To obtain a better understanding of reaction mechanisms, the properties of the support MCM-41 and several CuCS(x)-MCM catalysts were analyzed via N2 adsorption-desorption, and the results are presented in Table S2 (Supporting information). The SBET and pore diameter of the MCM-41 were 1060.58 m2/g and 3.72 nm, respectively, which favors the dispersion of active components. Some metal particles deposited in the pore structure of MCM-41 resulted in an obvious decrease in the SBET, pore volume (Vp) and pore diameter (Dp) of CuCs(x)-MCM. According to the N2O oxidation analysis, the dispersion (DCu) and specific surface area (SCu) of Cu were increased to some extent owing to the incorporation of Cs species into Cu-MCM (Table S2 in Supporting information).
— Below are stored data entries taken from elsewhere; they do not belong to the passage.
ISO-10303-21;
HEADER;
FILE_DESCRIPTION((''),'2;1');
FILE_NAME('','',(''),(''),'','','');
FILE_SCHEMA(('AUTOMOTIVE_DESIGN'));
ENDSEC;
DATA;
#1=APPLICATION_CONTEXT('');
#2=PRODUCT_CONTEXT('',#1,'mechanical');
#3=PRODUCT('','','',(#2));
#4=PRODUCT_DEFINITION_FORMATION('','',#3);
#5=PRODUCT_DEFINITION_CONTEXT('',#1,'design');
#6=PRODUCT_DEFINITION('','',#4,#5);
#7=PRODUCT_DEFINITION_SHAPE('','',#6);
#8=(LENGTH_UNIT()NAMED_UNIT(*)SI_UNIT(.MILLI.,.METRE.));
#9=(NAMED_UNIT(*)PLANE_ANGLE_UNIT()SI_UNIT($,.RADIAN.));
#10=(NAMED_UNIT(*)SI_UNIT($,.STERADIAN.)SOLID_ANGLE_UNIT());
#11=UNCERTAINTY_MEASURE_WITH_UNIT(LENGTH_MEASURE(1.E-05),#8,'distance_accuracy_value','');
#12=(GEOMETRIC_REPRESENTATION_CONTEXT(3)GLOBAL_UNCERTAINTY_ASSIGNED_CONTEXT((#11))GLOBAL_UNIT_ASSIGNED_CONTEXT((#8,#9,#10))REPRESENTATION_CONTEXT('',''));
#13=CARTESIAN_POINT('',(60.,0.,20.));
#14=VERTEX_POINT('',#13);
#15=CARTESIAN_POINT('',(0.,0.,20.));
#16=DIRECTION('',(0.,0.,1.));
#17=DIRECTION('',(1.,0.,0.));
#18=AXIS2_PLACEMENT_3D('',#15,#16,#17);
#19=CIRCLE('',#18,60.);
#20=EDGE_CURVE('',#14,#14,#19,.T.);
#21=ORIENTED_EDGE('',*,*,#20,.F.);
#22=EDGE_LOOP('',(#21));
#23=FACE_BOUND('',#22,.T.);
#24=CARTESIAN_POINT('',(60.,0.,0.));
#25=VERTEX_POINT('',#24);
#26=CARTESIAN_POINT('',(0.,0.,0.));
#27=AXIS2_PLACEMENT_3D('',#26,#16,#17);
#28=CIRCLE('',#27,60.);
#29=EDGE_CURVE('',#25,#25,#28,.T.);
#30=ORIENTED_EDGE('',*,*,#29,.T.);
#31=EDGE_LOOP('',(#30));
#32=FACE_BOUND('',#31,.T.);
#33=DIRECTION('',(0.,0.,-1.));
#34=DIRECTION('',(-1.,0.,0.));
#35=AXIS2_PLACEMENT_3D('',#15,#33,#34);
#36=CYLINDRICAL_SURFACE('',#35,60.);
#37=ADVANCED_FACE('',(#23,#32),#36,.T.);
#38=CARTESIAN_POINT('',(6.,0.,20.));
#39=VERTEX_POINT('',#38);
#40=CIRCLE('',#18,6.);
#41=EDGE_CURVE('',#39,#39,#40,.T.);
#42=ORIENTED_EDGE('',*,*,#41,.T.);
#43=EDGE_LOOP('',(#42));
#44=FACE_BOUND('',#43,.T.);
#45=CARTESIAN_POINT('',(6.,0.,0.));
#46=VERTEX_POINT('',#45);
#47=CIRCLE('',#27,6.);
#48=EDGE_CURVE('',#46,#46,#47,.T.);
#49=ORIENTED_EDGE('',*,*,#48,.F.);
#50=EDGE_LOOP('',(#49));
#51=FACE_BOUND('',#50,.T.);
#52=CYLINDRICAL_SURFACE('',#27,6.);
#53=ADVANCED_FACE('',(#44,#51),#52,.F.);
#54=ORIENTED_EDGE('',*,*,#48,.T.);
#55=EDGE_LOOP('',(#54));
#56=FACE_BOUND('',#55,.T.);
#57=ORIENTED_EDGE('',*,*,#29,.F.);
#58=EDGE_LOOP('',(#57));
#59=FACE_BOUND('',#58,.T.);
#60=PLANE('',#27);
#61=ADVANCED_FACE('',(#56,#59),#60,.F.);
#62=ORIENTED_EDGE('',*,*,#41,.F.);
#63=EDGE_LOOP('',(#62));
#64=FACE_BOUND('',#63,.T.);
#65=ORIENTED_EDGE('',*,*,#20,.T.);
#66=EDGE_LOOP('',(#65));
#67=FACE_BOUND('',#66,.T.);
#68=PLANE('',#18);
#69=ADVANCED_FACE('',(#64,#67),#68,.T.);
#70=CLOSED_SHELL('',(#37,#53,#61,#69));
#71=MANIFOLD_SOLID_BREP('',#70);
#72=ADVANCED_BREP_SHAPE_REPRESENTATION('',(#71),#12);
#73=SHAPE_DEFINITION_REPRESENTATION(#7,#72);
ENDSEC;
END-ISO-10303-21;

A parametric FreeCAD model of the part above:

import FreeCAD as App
import Part
import Sketcher
from FreeCAD import Vector

doc = App.newDocument("Part")
body = doc.addObject("PartDesign::Body", "Body")

# Sketch on XY plane
sketch1 = body.newObject("Sketcher::SketchObject", "Sketch")
sketch1.AttachmentSupport = (doc.getObject("XY_Plane"), [""])
sketch1.MapMode = "FlatFace"
sketch1.addGeometry(Part.Circle(Vector(0, 0, 0), Vector(0, 0, 1), 60), False)
sketch1.addConstraint([
    Sketcher.Constraint("Coincident", 0, 3, -1, 1),
    Sketcher.Constraint("Diameter", 0, 120.0),
])
pad1 = body.newObject("PartDesign::Pad", "Pad")
pad1.Profile = sketch1
pad1.Length = 20

# Sketch on XY plane
sketch2 = body.newObject("Sketcher::SketchObject", "Sketch001")
sketch2.AttachmentSupport = (doc.getObject("XY_Plane"), [""])
sketch2.MapMode = "FlatFace"
sketch2.AttachmentOffset = App.Placement(Vector(0, 0, 20), App.Rotation())
sketch2.addGeometry(Part.Circle(Vector(0, 0, 0), Vector(0, 0, 1), 6), False)
sketch2.addConstraint([
    Sketcher.Constraint("Coincident", 0, 3, -1, 1),
    Sketcher.Constraint("Diameter", 0, 12.0),
])
pocket1 = body.newObject("PartDesign::Pocket", "Pocket")
pocket1.Profile = sketch2
pocket1.Type = "ThroughAll"

doc.recompute()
The N2 adsorption-desorption isotherms of the support MCM-41 and CuCs(x)-MCM catalysts are shown in Fig. S1a (Supporting information). The N2 adsorption-desorption isotherms of all catalysts exhibited Langmuir type Ⅳ isotherms with a H1-type hysteresis loop, suggesting that these catalysts still retained ordered mesoporous structure similar to that of the support MCM-41 after the Cu and Cs species were introduced into MCM-41. This is the crucial property for the activity and stability of catalyst. Moreover, CuCs(x)-MCM exhibited a narrower pore size distribution for the introduction of Cs species (Fig. S1b in Supporting information), meaning that the pore size of the catalysts is quite uniform [25]. These results also confirm that the Cu and Cs species was successfully loaded on the surface of support MCM-41.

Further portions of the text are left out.